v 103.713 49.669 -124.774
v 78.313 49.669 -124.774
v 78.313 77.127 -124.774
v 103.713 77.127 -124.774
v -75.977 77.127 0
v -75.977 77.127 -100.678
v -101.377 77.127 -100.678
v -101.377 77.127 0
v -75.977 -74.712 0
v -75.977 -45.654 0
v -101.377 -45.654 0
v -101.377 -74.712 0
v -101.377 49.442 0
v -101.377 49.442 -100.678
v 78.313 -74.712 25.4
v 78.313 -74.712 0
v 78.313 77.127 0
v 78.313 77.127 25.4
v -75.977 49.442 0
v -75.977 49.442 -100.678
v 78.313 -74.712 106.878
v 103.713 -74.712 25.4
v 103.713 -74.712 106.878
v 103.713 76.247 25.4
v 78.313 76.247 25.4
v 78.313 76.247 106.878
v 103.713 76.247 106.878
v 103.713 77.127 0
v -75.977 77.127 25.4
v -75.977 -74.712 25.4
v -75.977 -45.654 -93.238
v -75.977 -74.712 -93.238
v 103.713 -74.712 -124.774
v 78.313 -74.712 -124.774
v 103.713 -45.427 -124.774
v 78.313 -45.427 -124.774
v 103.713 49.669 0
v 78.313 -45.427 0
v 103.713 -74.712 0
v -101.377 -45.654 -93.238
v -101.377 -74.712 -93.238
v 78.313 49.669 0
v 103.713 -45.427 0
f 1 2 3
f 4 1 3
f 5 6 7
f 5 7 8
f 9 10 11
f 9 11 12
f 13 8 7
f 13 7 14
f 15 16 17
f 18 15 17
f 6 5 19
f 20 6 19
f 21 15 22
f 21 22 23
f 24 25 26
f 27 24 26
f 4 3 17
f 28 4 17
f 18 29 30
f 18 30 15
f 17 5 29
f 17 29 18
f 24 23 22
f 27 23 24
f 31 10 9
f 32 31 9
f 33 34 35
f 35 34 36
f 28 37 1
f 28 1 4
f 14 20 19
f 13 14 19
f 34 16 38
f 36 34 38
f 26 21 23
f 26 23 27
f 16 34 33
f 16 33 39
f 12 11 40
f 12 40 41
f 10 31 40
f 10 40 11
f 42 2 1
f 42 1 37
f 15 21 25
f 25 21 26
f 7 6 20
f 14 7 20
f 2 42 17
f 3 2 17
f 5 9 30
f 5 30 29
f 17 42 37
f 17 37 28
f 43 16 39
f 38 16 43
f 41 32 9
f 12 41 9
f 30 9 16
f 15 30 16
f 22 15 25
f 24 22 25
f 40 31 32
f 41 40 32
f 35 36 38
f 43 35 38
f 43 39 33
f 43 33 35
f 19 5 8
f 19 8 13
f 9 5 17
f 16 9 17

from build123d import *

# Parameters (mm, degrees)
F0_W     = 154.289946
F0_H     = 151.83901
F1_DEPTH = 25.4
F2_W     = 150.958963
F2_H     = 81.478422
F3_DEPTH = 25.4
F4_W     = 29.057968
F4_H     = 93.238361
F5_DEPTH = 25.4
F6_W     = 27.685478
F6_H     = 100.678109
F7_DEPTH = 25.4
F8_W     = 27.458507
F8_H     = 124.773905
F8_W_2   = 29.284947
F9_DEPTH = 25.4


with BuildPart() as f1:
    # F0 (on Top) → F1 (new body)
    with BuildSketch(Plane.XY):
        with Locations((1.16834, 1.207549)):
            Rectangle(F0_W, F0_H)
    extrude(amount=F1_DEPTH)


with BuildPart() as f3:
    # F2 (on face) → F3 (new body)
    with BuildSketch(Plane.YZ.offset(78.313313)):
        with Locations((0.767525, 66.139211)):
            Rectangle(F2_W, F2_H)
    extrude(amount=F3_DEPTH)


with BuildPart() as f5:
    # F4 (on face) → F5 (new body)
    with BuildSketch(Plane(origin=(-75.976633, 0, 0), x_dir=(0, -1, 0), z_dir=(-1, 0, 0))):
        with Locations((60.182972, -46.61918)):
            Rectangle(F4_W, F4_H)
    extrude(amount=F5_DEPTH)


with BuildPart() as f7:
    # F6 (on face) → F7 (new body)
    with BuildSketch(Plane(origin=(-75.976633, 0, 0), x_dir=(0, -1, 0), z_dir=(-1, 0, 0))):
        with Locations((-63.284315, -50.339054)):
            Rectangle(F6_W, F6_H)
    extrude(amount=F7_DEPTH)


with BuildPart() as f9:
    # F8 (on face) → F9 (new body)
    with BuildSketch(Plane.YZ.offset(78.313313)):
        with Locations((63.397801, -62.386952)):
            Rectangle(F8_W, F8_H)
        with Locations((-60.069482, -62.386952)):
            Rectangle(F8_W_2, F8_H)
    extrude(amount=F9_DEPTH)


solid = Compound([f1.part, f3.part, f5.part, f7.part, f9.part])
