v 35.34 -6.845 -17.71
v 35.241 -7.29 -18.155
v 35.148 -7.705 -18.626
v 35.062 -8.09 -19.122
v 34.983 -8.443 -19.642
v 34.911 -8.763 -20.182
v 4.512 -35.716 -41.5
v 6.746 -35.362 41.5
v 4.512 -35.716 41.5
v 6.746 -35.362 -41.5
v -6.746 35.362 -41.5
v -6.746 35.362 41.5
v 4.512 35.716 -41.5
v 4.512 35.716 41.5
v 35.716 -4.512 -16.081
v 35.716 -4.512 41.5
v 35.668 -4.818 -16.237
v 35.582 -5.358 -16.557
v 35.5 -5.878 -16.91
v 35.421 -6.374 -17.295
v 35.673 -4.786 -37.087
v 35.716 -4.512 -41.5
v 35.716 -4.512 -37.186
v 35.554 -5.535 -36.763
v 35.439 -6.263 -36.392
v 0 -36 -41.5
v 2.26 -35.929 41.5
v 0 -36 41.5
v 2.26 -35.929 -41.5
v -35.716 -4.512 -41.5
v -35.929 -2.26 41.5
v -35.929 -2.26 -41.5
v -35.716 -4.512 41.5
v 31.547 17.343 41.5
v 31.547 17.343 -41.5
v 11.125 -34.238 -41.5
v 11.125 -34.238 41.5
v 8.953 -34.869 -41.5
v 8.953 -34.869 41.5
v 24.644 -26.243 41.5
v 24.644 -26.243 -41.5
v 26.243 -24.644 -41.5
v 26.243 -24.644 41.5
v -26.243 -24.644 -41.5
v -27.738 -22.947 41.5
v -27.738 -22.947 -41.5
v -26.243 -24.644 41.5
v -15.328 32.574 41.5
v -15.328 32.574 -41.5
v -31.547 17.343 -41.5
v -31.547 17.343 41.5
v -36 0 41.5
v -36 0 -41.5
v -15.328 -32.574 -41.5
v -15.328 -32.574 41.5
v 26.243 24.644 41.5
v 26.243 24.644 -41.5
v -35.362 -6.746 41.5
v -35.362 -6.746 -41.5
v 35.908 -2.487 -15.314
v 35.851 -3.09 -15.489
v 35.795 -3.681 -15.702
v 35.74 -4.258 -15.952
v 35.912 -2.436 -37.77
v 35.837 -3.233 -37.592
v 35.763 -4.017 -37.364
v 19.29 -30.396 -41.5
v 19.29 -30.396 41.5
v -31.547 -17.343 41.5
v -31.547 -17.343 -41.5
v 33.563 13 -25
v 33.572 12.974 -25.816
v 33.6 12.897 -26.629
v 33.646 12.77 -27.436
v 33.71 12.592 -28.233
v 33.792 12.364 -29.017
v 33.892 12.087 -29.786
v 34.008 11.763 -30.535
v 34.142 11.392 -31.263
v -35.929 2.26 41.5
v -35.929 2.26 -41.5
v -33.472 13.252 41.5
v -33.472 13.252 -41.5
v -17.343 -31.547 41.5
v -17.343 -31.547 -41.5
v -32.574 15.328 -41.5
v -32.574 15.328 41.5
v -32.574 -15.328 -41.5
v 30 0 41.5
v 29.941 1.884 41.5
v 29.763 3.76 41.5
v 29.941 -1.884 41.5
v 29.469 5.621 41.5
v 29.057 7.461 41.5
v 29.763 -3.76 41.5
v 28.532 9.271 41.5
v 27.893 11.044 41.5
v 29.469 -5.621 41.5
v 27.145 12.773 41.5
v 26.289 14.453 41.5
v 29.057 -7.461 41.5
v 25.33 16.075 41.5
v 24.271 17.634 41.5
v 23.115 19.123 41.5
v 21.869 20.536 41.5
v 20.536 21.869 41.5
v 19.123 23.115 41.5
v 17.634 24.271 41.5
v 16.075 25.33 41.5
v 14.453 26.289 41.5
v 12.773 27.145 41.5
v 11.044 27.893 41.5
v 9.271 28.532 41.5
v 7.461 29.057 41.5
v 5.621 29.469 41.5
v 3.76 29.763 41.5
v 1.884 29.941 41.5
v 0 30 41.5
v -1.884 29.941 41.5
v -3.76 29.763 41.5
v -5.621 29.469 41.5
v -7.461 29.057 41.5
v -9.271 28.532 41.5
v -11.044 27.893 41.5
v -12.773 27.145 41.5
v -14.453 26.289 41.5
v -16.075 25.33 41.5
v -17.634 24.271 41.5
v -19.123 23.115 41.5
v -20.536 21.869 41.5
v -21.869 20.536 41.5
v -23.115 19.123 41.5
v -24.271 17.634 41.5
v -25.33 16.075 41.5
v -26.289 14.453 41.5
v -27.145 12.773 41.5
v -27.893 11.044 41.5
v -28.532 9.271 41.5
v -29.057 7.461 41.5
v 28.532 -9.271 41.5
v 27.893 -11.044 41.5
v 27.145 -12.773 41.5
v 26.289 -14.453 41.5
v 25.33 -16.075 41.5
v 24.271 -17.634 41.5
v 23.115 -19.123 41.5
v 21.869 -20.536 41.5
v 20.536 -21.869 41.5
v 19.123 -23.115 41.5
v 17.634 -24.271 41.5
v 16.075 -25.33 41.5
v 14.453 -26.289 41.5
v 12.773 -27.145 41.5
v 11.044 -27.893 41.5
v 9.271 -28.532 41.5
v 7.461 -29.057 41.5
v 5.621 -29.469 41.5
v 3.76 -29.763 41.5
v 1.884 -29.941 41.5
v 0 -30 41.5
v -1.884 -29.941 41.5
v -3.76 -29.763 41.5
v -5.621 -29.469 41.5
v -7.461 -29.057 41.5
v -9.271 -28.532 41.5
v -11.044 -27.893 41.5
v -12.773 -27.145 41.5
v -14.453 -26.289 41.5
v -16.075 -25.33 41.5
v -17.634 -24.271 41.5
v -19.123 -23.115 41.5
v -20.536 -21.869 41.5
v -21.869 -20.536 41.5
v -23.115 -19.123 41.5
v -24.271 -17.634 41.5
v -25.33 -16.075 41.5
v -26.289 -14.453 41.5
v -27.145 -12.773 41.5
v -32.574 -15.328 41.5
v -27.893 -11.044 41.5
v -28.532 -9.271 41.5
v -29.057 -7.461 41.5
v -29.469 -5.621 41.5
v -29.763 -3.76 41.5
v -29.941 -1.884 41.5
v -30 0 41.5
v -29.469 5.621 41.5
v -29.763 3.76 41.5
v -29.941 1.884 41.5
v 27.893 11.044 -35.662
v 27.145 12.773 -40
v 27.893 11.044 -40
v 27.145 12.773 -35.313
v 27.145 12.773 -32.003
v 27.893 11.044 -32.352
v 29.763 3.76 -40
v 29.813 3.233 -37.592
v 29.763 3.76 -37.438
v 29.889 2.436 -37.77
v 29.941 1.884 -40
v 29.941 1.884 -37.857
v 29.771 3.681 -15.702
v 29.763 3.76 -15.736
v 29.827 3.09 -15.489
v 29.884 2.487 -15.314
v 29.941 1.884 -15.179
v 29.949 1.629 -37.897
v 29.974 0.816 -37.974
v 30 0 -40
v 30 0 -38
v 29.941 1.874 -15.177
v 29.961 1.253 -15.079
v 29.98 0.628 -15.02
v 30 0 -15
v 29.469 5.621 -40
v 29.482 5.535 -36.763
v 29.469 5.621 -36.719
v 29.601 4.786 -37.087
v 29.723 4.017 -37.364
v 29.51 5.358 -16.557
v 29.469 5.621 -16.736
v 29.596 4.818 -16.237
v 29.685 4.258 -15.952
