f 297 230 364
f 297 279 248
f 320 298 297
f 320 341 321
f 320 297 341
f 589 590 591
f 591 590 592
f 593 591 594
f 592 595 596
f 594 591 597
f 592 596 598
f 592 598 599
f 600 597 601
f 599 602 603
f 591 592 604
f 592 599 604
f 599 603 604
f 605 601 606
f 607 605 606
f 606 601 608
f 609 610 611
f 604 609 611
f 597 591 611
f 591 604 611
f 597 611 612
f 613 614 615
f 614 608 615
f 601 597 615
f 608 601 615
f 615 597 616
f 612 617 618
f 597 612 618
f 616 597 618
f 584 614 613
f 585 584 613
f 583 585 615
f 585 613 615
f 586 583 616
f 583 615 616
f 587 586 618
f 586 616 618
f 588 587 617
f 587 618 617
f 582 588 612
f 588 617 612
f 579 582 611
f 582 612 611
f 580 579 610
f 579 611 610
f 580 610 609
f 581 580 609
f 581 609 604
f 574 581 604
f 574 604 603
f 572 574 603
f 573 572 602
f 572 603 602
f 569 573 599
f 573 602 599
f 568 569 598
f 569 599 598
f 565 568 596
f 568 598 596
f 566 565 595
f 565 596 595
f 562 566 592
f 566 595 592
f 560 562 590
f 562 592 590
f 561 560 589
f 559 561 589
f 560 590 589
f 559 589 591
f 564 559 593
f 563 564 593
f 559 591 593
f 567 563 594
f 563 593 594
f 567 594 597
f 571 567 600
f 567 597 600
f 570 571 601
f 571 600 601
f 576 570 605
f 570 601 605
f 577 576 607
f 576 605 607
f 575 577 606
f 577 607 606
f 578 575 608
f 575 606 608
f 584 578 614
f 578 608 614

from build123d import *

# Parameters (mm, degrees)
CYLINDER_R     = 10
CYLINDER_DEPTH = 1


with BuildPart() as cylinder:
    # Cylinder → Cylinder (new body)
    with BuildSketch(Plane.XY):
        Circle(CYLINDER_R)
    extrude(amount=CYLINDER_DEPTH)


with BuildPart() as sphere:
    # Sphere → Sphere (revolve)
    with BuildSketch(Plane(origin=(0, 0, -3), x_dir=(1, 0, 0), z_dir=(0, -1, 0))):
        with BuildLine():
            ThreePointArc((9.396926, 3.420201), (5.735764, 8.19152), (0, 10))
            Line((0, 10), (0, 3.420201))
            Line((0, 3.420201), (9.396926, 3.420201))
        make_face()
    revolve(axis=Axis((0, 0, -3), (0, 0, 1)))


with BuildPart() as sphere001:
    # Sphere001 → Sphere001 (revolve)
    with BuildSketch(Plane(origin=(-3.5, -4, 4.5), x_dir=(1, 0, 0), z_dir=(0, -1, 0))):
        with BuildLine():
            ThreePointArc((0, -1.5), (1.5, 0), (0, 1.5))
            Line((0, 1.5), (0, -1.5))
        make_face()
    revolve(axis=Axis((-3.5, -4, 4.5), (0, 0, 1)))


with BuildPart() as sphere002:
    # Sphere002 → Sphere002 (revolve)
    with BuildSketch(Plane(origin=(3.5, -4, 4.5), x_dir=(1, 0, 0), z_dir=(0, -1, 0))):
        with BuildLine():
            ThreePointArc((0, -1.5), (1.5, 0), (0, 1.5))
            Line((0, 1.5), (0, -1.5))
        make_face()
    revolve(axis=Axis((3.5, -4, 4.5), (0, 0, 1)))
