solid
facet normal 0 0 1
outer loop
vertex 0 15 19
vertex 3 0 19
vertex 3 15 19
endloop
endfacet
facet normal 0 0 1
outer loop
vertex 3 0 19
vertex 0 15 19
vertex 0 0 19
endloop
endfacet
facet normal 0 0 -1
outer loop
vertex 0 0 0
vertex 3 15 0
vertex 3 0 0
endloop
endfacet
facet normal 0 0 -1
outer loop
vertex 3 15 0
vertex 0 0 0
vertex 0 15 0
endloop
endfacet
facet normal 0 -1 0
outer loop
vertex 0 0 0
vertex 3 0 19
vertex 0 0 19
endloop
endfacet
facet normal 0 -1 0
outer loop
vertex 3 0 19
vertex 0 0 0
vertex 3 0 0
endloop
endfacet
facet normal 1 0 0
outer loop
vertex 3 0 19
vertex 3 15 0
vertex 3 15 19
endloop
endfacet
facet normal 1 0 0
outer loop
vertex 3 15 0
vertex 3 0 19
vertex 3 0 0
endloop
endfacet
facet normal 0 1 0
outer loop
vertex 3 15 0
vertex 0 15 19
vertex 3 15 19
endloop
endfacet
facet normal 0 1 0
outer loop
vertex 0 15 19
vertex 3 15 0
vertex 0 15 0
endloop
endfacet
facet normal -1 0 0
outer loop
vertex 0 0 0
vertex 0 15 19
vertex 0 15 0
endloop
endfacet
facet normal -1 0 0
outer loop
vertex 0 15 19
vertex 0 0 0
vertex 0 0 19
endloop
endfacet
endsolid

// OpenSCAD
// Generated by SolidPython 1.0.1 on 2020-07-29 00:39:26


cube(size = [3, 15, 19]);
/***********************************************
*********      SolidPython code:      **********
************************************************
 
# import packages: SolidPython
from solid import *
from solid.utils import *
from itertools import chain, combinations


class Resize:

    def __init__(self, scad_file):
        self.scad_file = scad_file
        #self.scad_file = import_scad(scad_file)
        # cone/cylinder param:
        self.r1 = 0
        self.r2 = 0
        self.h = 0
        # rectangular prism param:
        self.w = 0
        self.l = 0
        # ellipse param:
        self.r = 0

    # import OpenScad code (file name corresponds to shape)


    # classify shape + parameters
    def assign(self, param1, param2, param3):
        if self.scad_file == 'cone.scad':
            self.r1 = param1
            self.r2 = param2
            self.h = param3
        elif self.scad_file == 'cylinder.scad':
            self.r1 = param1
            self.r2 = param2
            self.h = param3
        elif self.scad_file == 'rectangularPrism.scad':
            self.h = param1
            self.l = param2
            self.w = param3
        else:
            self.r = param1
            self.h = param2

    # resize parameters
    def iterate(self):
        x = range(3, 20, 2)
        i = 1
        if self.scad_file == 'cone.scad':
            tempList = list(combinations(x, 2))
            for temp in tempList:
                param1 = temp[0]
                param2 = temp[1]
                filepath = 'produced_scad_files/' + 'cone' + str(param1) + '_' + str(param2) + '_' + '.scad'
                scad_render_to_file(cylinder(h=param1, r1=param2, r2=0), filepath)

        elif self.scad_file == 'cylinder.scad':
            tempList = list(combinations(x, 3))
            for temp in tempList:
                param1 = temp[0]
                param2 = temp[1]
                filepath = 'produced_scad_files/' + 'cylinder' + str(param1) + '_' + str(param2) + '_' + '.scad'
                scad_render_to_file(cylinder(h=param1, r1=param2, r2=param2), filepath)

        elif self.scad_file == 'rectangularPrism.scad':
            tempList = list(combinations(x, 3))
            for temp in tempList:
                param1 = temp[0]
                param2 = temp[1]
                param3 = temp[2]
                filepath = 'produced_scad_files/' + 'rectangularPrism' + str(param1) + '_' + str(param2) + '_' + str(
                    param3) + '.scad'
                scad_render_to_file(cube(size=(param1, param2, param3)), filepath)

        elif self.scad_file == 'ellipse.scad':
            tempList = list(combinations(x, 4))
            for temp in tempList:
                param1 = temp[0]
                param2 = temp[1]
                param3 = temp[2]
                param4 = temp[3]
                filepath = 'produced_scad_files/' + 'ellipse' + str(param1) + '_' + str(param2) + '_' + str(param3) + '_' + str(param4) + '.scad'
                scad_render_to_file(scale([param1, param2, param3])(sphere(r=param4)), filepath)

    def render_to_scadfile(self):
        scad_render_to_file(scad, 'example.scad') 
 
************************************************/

(Aim of the exercise): Filter the entries down to the lines with the word "axis" in them.

(Result for this exercise):
    revolve(axis=Axis((0, 0, -3), (0, 0, 1)))
    revolve(axis=Axis((-3.5, -4, 4.5), (0, 0, 1)))
    revolve(axis=Axis((3.5, -4, 4.5), (0, 0, 1)))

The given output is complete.